Recent cyberattacks have revealed our vulnerability
February 26, 2023
Espionage and information acquisition have been major aspects of international relations since humans first put pen to paper. And yet, with the boom in technology experienced in the last few decades, the ability of nations to spy on their neighbors and attain hordes of knowledge has skyrocketed upwards. And, crucially, it is not only governments but rogue groups and criminal organizations that now also possess the ability to harness the power of the internet.
On a national scale, the American people of the 21st century have borne the brunt of this skyrocketing, as part of a larger global population with exponentially increasing access to the internet. Today, the United States numbers among the top 20 countries in the world in terms of the number of cyberattacks it suffers yearly.
Worse still, cyberattacks are hardly ever limited to only governmental or military targets. Rather, as the aim in most breaches is to steal and secure as much data as possible and then proceed to sell or ransom that data, major cyberattacks in recent years have been striking civilian areas and infrastructure much more often.
The most recent, and perhaps the most significant example of this occurred on May 7, 2021, with the Colonial Pipeline ransomware attacks. The Colonial Pipeline, an oil transmission system delivering oil to large portions of the country, began to experience serious issues with its digital monitoring and management systems. The perpetrators were soon discovered to be the cybercriminal group DarkSide, who demanded nearly 5 million dollars worth of ransom money from the Colonial Pipeline Company. Already having been forced to put a pause on the operation of the pipeline as a result of the DarkSide disruption, the company agreed to pay the ransom. By May 9, the company had successfully negotiated with the cybercriminals and begun to restore its functionality. But in the meantime, a mass gas and fuel shortage had occurred. It took executive orders, declarations of emergency and the contributions of US senators to finally stem the tide of the shortage. The Colonial Pipeline attacks greatly underscored the United States’ need to develop substantial, rapid and effective infrastructural cyber attack response.
And yet this wasn’t the first, nor the only time the United States suffered such a large scale cyber attack of this sort. In 2013, Yahoo reported that their servers had been breached and up to 3 billion users’ personal information put at risk by hackers seeking to sell off said information. Throughout the 2010s, Apple and its subsequent products and services were affected by a series of breaches and exploits, aimed at attaining sensitive user information.
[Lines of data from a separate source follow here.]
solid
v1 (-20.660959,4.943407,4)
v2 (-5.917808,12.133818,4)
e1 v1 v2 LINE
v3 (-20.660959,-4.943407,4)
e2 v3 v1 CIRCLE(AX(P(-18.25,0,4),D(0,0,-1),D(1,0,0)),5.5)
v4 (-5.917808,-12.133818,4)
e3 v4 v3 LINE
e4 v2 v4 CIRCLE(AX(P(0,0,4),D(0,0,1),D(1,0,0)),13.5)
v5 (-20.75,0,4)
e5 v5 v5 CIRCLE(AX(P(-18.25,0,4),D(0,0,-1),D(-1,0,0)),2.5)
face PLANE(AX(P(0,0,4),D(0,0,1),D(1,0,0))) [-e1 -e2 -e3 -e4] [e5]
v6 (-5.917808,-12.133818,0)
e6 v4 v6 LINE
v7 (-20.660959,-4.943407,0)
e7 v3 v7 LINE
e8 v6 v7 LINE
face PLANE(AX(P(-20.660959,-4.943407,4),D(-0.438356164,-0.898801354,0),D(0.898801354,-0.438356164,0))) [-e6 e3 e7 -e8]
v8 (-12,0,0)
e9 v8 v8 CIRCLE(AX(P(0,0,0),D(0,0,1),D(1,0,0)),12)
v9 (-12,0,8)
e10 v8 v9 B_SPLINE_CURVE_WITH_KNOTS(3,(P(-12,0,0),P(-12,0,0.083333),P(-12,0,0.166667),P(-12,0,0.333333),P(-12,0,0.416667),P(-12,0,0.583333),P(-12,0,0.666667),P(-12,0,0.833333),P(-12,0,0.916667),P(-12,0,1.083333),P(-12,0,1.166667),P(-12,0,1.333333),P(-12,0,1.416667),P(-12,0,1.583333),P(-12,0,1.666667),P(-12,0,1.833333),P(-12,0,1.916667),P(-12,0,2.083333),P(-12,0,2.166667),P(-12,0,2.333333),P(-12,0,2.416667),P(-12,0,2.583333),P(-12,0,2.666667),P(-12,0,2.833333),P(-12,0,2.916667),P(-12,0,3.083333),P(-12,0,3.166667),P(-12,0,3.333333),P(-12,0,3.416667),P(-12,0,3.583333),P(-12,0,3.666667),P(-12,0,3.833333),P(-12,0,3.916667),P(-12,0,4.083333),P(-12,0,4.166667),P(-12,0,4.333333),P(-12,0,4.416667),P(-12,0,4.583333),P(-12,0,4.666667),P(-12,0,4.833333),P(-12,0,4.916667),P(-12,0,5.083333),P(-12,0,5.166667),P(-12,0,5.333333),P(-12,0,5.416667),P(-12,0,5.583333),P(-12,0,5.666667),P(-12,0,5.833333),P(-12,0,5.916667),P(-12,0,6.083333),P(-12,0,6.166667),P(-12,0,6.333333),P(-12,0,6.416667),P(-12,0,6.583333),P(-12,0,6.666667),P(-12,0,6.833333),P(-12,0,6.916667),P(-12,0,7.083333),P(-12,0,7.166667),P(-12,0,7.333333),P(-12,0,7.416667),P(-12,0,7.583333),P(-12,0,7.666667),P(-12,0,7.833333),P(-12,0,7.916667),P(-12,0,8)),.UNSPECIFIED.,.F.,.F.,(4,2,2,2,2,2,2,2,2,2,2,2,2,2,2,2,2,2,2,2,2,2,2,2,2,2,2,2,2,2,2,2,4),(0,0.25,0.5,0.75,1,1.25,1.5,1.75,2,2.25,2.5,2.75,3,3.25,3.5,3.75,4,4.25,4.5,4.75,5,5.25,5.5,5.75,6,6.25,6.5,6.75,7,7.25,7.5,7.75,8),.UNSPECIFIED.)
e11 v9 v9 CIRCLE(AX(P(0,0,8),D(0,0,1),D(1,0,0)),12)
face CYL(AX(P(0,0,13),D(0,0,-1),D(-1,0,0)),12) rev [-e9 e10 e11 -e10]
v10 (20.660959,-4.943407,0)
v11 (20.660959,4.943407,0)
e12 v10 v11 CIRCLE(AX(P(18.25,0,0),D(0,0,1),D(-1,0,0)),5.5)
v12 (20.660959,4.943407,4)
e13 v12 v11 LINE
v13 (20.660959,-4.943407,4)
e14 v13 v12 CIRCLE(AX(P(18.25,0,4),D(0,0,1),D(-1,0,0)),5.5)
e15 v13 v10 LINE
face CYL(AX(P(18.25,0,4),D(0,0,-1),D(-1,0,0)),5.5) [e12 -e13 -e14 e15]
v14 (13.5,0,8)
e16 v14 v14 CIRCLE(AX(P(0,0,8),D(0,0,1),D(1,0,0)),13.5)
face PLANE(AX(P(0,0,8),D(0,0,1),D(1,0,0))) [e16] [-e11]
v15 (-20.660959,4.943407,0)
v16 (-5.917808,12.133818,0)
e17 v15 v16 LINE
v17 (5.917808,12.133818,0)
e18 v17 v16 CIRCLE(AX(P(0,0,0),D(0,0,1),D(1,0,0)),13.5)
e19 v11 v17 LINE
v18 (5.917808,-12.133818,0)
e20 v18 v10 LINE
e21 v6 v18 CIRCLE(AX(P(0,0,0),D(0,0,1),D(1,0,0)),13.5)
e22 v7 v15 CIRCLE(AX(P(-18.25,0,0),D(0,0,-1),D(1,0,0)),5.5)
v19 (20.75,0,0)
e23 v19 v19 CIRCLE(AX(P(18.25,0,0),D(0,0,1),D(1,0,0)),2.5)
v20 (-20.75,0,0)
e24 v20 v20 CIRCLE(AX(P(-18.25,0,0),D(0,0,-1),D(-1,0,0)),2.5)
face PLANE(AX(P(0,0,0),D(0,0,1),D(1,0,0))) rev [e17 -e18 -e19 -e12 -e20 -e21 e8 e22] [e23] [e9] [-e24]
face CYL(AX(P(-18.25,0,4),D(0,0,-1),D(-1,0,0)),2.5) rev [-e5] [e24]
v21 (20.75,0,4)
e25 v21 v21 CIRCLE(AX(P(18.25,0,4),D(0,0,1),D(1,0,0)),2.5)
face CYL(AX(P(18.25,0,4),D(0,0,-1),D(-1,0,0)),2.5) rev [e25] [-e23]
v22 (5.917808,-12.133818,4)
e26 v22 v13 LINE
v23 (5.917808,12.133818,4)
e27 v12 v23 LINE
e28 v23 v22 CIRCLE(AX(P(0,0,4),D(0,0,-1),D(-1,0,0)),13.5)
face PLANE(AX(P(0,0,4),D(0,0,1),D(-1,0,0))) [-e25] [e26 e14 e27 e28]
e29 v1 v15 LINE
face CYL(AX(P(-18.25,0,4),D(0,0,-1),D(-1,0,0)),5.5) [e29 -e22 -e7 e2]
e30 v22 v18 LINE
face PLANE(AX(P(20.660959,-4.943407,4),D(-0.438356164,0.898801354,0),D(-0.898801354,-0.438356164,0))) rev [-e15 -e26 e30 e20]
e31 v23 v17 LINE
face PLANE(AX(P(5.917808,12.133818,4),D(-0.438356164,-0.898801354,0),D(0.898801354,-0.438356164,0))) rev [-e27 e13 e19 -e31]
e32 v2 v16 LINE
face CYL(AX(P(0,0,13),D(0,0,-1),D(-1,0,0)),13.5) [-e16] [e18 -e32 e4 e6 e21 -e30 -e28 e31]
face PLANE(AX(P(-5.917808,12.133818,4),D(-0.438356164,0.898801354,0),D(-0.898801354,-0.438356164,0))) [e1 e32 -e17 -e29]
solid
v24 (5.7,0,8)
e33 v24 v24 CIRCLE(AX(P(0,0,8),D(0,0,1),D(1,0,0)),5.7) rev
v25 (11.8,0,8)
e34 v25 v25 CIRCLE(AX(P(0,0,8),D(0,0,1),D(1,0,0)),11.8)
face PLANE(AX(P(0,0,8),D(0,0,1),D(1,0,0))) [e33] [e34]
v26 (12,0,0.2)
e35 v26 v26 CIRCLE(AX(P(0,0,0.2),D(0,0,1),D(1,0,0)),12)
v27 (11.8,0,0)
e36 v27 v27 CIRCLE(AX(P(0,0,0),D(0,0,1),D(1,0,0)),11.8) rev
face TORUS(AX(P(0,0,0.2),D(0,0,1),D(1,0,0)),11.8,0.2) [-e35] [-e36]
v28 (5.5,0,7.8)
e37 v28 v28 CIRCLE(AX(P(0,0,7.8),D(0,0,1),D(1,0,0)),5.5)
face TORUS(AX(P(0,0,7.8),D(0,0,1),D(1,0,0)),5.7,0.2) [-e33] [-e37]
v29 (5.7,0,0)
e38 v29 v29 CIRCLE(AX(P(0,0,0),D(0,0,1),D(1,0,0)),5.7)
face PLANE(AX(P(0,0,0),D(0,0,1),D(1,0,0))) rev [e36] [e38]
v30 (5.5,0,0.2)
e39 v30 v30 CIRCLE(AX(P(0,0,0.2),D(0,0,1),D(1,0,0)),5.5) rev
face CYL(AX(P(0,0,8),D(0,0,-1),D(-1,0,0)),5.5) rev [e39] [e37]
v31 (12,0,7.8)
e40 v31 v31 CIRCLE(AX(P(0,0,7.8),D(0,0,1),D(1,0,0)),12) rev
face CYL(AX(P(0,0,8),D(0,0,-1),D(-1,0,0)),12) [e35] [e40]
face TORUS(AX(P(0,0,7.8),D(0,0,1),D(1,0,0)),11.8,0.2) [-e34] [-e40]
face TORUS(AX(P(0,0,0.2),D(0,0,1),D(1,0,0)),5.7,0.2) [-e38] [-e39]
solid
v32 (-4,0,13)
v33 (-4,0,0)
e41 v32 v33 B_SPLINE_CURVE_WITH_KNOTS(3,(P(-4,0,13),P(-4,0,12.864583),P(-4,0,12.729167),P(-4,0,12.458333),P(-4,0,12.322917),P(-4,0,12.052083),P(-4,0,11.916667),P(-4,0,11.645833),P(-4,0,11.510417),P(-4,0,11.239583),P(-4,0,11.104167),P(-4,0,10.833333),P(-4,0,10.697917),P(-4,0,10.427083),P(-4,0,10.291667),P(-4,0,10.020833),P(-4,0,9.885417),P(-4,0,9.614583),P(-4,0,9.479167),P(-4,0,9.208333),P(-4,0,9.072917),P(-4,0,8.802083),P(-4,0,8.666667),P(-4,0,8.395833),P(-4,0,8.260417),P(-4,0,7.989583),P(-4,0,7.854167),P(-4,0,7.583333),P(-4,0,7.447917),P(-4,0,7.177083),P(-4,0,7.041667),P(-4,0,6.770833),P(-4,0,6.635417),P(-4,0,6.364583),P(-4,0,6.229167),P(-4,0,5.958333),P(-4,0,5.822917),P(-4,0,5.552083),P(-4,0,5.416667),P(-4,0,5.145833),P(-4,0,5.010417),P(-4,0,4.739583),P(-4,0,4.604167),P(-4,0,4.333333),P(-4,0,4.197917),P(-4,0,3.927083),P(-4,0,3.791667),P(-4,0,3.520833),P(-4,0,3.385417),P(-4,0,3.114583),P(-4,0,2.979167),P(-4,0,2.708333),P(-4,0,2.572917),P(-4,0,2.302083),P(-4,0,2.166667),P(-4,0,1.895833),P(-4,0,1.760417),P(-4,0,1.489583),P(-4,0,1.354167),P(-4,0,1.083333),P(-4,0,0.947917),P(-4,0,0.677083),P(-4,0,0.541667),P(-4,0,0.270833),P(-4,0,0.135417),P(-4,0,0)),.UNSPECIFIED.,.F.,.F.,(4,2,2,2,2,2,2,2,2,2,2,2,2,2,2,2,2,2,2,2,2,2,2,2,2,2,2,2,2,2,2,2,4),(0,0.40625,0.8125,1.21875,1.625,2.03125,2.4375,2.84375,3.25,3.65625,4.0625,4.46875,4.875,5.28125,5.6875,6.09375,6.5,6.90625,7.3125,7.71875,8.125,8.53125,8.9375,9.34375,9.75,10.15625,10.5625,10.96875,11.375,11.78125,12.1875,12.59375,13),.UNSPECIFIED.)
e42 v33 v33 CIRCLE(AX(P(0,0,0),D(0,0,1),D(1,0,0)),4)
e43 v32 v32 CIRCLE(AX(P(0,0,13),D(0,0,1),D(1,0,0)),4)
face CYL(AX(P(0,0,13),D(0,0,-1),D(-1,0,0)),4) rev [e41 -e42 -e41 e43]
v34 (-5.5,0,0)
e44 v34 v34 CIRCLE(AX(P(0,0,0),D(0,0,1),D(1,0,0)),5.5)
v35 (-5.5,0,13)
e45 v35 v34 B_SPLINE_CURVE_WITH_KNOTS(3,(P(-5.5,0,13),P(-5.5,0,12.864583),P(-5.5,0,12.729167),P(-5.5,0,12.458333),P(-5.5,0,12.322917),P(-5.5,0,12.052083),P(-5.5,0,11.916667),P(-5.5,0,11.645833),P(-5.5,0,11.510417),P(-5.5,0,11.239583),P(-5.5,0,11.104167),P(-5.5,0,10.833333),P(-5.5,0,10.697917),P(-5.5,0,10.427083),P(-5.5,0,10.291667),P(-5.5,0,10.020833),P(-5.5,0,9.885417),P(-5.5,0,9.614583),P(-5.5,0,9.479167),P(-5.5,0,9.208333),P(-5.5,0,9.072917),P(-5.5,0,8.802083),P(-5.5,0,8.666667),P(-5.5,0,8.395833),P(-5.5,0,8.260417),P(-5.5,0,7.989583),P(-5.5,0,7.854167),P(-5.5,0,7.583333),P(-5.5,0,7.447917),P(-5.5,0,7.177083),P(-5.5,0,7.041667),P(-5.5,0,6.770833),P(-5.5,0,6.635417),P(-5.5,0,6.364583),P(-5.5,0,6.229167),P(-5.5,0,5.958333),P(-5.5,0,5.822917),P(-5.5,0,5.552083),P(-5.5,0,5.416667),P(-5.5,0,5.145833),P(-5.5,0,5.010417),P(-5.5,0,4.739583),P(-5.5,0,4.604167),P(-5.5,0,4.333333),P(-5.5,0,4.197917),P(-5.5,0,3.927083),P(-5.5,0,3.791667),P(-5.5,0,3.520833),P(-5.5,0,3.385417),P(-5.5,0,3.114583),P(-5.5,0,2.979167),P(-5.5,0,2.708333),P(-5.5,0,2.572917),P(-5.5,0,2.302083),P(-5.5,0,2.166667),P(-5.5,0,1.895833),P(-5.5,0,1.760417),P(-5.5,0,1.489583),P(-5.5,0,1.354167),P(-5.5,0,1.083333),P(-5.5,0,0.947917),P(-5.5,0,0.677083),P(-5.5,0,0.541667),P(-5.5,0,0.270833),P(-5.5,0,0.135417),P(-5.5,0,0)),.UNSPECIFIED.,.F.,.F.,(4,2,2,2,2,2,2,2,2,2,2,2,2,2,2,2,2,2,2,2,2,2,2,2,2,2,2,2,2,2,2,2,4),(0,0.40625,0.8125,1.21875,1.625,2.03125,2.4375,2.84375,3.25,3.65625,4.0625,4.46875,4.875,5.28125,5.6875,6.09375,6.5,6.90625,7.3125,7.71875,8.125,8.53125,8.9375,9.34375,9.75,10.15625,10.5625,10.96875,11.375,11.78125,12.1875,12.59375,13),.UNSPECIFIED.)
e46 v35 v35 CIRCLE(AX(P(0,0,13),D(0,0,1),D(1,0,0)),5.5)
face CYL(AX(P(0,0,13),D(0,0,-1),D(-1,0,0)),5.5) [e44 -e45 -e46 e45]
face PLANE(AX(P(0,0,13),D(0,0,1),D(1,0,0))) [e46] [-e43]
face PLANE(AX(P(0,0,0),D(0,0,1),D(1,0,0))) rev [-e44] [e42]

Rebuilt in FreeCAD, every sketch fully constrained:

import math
import FreeCAD as App
import Part
import Sketcher

V = App.Vector


def edges_at(feature, points):
    """Names of the edges that pass closest to the given points."""
    edges = feature.Shape.Edges
    near = lambda p: min(range(len(edges)), key=lambda i: edges[i].distToShape(Part.Vertex(*p))[0])
    return sorted({f"Edge{near(p) + 1}" for p in points})

doc = App.newDocument("Part")
body = doc.addObject("PartDesign::Body", "Body")

sketch1 = body.newObject("Sketcher::SketchObject", "Sketch")
sketch1.AttachmentSupport = (doc.getObject("XY_Plane"), [""])
sketch1.MapMode = "FlatFace"
sketch1.addGeometry([
    Part.Circle(V(0, 0, 0), V(0, 0, 1), 14),
    Part.Circle(V(0, 0, 0), V(0, 0, 1), 12),
], False)
sketch1.addConstraint([
    Sketcher.Constraint("Coincident", 0, 3, -1, 1),
    Sketcher.Constraint("Coincident", 1, 3, -1, 1),
    Sketcher.Constraint("Diameter", 0, 27.0),
    Sketcher.Constraint("Diameter", 1, 24.0),
])
pad1 = body.newObject("PartDesign::Pad", "Pad")
pad1.Profile = sketch1
pad1.Length = 13

sketch2 = body.newObject("Sketcher::SketchObject", "Sketch001")
sketch2.AttachmentSupport = (doc.getObject("XY_Plane"), [""])
sketch2.MapMode = "FlatFace"
sketch2.addGeometry([
    Part.LineSegment(V(-20.7, 4.9, 0), V(-5.9, 12.1, 0)),
    Part.ArcOfCircle(Part.Circle(V(0, 0, 0), V(0, 0, 1), 13.5), math.radians(116), math.radians(244)),
    Part.LineSegment(V(-5.9, -12.1, 0), V(-20.7, -4.9, 0)),
    Part.ArcOfCircle(Part.Circle(V(-18.2, 0, 0), V(0, 0, 1), 5.5), math.radians(116), math.radians(244)),
    Part.Circle(V(-18.2, 0, 0), V(0, 0, 1), 2.5),
], False)
sketch2.addConstraint([
    Sketcher.Constraint("Tangent", 0, 2, 1, 1),
    Sketcher.Constraint("Tangent", 1, 2, 2, 1),
    Sketcher.Constraint("Tangent", 2, 2, 3, 2),
    Sketcher.Constraint("Tangent", 3, 1, 0, 1),
    Sketcher.Constraint("Coincident", 1, 3, -1, 1),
And, famously in 2019, the software company SolarWinds was breached by attackers of malicious intent who proceeded to lay hands on extremely sensitive information regarding clients of SolarWinds – including clients like the Department of Homeland Security.
Substantial numbers of these attacks are perpetrated by groups of hackers who are sponsored or tolerated by modern governments. That is not to say that said governments themselves are not capable of launching their own cyber attacks. Among the countries with the most developed cyberwarfare programs in the world are such oft-belligerent names such as China, Russia and even the United States.
Citizens of the world have a foreboding future with relation to the cyber world ahead of them. Only time will tell what changes may arise in the future, but for now, the cyber domain remains a dangerous plain.